Don’t let yourself, your family, children, friends, or loved ones become a statistic.  Make time for yourself and your family and friends.  Be there for them.  There will be difficult decisions to make from time to time.  We can choose what path is best for us and have loving relationships.

 

I speak from some experience on the subject.  It’s difficult to leave a job, or speak up about the abuse whether at our employment or in our household or in school.  Yet we need to be strong and take action.  We need to confide in someone who cares enough to listen try to help.

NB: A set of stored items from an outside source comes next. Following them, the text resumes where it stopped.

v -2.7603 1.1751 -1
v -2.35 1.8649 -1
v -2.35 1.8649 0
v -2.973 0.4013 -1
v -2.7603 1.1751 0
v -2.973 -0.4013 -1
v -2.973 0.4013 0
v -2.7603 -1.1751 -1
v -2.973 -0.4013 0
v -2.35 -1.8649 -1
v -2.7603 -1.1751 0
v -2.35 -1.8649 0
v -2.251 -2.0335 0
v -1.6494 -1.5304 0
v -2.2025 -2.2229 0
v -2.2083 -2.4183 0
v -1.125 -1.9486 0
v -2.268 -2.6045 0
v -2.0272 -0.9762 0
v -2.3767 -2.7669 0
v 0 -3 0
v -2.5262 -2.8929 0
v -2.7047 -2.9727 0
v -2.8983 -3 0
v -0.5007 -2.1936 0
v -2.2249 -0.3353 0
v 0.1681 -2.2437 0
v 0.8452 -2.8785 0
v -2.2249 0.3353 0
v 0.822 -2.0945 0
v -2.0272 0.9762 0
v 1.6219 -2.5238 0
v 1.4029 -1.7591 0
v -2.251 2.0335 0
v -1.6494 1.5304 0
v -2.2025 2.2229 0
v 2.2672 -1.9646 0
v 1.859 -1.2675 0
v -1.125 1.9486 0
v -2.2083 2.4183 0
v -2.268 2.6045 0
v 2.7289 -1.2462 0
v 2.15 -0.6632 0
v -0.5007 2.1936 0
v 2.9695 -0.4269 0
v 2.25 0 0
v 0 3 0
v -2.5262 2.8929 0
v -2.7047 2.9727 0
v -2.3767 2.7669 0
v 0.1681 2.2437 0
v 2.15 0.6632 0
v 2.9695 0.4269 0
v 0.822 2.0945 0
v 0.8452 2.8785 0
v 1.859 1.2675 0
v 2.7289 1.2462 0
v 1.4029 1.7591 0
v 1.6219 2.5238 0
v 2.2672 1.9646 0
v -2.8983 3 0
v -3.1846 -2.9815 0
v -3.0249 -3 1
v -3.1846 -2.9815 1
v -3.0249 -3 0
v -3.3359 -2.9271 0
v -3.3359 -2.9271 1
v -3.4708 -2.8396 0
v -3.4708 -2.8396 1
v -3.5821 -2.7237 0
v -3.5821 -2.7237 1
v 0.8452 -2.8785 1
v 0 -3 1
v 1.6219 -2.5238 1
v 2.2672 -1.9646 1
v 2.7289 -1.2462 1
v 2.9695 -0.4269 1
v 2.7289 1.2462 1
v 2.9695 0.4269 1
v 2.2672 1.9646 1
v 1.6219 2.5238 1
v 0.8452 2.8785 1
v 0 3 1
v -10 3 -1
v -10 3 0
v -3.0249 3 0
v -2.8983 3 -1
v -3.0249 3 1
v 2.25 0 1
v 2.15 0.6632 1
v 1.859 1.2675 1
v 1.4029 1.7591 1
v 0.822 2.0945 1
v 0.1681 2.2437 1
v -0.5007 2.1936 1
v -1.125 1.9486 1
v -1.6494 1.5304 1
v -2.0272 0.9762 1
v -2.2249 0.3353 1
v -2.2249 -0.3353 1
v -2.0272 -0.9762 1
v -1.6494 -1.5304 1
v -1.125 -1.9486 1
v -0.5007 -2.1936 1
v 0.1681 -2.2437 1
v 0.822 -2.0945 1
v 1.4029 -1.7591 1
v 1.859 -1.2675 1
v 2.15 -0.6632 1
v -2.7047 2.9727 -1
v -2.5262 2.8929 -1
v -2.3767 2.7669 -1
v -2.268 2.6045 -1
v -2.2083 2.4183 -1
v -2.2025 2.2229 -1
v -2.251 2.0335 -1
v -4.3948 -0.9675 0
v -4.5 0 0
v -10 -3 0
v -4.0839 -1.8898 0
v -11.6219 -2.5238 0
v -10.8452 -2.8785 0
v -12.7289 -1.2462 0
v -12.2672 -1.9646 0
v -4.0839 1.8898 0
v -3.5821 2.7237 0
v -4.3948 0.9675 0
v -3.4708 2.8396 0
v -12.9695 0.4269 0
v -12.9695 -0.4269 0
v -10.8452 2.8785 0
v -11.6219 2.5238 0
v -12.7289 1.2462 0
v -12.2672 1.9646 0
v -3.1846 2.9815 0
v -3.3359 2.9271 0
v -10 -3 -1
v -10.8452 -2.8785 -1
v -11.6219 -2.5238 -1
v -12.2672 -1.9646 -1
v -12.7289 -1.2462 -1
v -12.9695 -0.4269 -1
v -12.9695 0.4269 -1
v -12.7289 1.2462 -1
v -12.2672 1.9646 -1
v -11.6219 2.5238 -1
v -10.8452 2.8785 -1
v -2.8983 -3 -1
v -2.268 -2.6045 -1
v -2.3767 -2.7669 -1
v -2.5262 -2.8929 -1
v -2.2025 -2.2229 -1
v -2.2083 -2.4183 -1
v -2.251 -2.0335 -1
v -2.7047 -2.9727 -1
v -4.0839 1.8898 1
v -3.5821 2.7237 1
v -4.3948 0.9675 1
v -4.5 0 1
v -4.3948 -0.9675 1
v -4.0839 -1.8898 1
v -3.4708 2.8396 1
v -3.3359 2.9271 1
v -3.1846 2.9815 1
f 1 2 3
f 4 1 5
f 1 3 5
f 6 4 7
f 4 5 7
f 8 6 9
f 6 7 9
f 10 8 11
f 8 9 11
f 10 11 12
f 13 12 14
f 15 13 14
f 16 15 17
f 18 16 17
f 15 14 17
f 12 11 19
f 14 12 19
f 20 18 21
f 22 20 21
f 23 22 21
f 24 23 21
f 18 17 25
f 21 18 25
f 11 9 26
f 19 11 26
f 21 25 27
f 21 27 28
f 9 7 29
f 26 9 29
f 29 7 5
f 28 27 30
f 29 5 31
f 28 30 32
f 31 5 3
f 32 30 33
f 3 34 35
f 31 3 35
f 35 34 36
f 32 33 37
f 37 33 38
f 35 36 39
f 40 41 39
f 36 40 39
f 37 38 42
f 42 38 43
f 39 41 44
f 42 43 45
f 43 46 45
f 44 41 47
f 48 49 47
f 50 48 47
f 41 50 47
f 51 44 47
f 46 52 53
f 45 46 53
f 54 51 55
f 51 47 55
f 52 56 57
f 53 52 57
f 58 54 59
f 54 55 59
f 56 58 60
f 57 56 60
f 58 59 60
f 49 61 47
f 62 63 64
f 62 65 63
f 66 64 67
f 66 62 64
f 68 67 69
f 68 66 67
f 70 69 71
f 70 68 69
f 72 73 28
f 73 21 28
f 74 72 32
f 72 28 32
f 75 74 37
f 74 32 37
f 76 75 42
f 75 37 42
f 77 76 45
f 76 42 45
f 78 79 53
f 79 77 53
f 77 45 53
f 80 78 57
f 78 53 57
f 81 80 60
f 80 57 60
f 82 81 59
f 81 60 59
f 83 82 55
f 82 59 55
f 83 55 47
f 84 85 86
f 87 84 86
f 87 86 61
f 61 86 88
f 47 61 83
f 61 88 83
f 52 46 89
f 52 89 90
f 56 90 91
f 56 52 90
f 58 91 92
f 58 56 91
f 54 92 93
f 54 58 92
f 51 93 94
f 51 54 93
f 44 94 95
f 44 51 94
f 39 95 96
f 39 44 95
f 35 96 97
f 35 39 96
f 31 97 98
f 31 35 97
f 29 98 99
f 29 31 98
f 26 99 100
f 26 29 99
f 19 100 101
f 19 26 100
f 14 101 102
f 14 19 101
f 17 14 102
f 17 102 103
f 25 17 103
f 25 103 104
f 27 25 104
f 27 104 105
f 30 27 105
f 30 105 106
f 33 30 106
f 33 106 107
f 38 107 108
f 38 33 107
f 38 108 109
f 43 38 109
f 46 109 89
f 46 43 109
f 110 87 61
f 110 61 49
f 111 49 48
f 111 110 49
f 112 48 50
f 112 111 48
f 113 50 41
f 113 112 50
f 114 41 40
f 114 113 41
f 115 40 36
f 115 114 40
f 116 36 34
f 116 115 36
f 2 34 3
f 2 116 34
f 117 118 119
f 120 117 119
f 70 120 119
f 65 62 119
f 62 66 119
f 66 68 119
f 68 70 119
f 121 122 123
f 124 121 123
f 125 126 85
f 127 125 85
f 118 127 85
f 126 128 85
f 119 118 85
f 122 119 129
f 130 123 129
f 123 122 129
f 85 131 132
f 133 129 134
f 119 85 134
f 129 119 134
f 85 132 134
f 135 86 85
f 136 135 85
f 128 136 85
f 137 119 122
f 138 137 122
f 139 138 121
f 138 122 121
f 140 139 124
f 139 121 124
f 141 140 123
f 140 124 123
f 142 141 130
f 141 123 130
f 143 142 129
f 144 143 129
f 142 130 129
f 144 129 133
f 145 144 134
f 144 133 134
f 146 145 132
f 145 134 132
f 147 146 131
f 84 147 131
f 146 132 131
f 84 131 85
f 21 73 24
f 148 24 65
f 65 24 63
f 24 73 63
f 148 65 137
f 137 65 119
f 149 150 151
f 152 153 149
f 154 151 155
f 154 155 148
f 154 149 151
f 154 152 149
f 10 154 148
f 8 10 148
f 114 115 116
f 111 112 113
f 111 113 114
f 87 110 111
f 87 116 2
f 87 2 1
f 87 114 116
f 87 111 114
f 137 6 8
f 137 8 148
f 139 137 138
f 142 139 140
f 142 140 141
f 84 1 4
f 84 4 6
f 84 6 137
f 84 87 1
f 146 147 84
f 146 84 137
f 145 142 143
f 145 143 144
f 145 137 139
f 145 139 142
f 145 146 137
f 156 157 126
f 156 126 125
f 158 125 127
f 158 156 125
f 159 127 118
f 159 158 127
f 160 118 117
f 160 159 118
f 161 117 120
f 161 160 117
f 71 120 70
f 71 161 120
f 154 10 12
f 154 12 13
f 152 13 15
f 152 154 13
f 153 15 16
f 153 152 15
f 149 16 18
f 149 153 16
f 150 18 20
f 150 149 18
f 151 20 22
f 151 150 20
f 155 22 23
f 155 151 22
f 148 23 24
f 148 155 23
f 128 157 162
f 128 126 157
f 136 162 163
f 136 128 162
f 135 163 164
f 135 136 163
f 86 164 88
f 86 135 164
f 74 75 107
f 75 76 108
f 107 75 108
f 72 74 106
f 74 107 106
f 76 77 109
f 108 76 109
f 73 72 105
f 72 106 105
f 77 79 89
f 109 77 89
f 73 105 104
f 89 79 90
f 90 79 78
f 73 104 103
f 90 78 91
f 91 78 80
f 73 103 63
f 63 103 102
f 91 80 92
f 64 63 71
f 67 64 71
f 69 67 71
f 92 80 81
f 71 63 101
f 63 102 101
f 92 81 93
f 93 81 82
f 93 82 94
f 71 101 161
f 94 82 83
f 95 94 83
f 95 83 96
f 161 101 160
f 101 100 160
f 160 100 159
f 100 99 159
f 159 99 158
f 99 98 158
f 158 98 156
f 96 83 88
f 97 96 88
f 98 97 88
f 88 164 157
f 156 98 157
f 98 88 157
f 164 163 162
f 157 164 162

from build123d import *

# Parameters (mm, degrees)
SKETCH_1_R           = 3
SKETCH_1_R_2         = 2.25
EXTRUDE_1_DEPTH      = 1
EXTRUDE_2_DEPTH      = 1
EXTRUDE_2_DEPTH_BACK = 1
CUT_EXTRUDE_1_DEPTH  = 1
FILLET_START         = -2
FILLET_1_DEPTH       = 2
FILLET_2_R           = 0.7


with BuildPart() as part:
    # 草图1 → 凸台-拉伸1 (new body)
    with BuildSketch(Plane.XY):
        Circle(SKETCH_1_R)
        Circle(SKETCH_1_R_2, mode=Mode.SUBTRACT)
    extrude(amount=EXTRUDE_1_DEPTH)

    # 草图2 → 凸台-拉伸2 (add, two sides: drawn at the far end of the back side and taken through both)
    with BuildSketch(Plane(origin=(0, 0, 0), x_dir=(-1, 0, 0), z_dir=(0, 0, -1)).offset(-EXTRUDE_2_DEPTH_BACK)):
        with BuildLine():
            Line((0, -3), (10, -3))
            ThreePointArc((10, -3), (13, 0), (10, 3))
            Line((10, 3), (0, 3))
            ThreePointArc((0, 3), (3, 0), (0, -3))
        make_face()
    extrude(amount=EXTRUDE_2_DEPTH + EXTRUDE_2_DEPTH_BACK)

    # 草图3 → 切除-拉伸1 (cut)
    with BuildSketch(Plane(origin=(0, 0, 1), x_dir=(-1, 0, 0), z_dir=(0, 0, -1))):
        with BuildLine():
            Line((3.354101966, -3), (10, -3))
            ThreePointArc((10, -3), (13, 0), (10, 3))
            Line((10, 3), (3.354101966, 3))
            ThreePointArc((3.354101966, 3), (4.5, 0), (3.354101966, -3))
        make_face()
    extrude(amount=CUT_EXTRUDE_1_DEPTH, mode=Mode.SUBTRACT)

    # 圆角1: read off the stored shape, not the designer's step
    # 圆角1 outline → 圆角1 (cut)
    with BuildSketch(Plane.XY.offset(FILLET_START)):
        with BuildLine():
            ThreePointArc((0, -3), (-1.304876509, -2.701351013), (-2.349952986, -1.864864865))
            ThreePointArc((-2.349952986, -1.864864865), (-2.267960113, -2.604471185), (-2.898275349, -3))
            Line((-2.898275349, -3), (0, -3))
        make_face()
        with BuildLine():
            ThreePointArc((-2.898275349, 3), (-2.267960113, 2.604471185), (-2.349952986, 1.864864865))
            ThreePointArc((-2.349952986, 1.864864865), (-1.304876509, 2.701351013), (0, 3))
            Line((0, 3), (-2.898275349, 3))
        make_face()
    extrude(amount=FILLET_1_DEPTH, mode=Mode.SUBTRACT)

    # 圆角2
    fillet_2_edges = [part.edges().sort_by_distance(p)[0] for p in [
        (-3.354101966, 3, 0.5),
        (-3.354101966, -3, 0.5),
    ]]
    fillet(fillet_2_edges, radius=FILLET_2_R)


solid = part.part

My husband suffered from major depression, yet he hid it from everyone until the end.  I cannot tell you how many “what ifs” and could have or should haves I have suggested since that fateful day.  I’ve found what’s important is not the past, however, but how we react to it and create a better future.  Or even more important, what “action” we take to prevent further unnecessary acts going forward.

I chose to write and share my thoughts, experiences and the information learned with everyone I can reach.  I still have moments of pain and tears, though I’ve learned how to live through it.  But you don’t have to – not if you take action now.  What I hope for you is to see the world around you again as the beautiful, happy place it can be.  Life is NOT all pain and suffering.  That’s optional.  We can learn to fill our life with love and joy again by choosing what is most important to us and making improvements.  Much like a house, our life can become cracked from stress and abuse and needs rebuilding.

No matter what has happened in your past, remember it is the present and the future that matter most.  Everyone can start over.  It’s just a matter of deciding to do so.  Nothing stands in the way of you and your future happiness.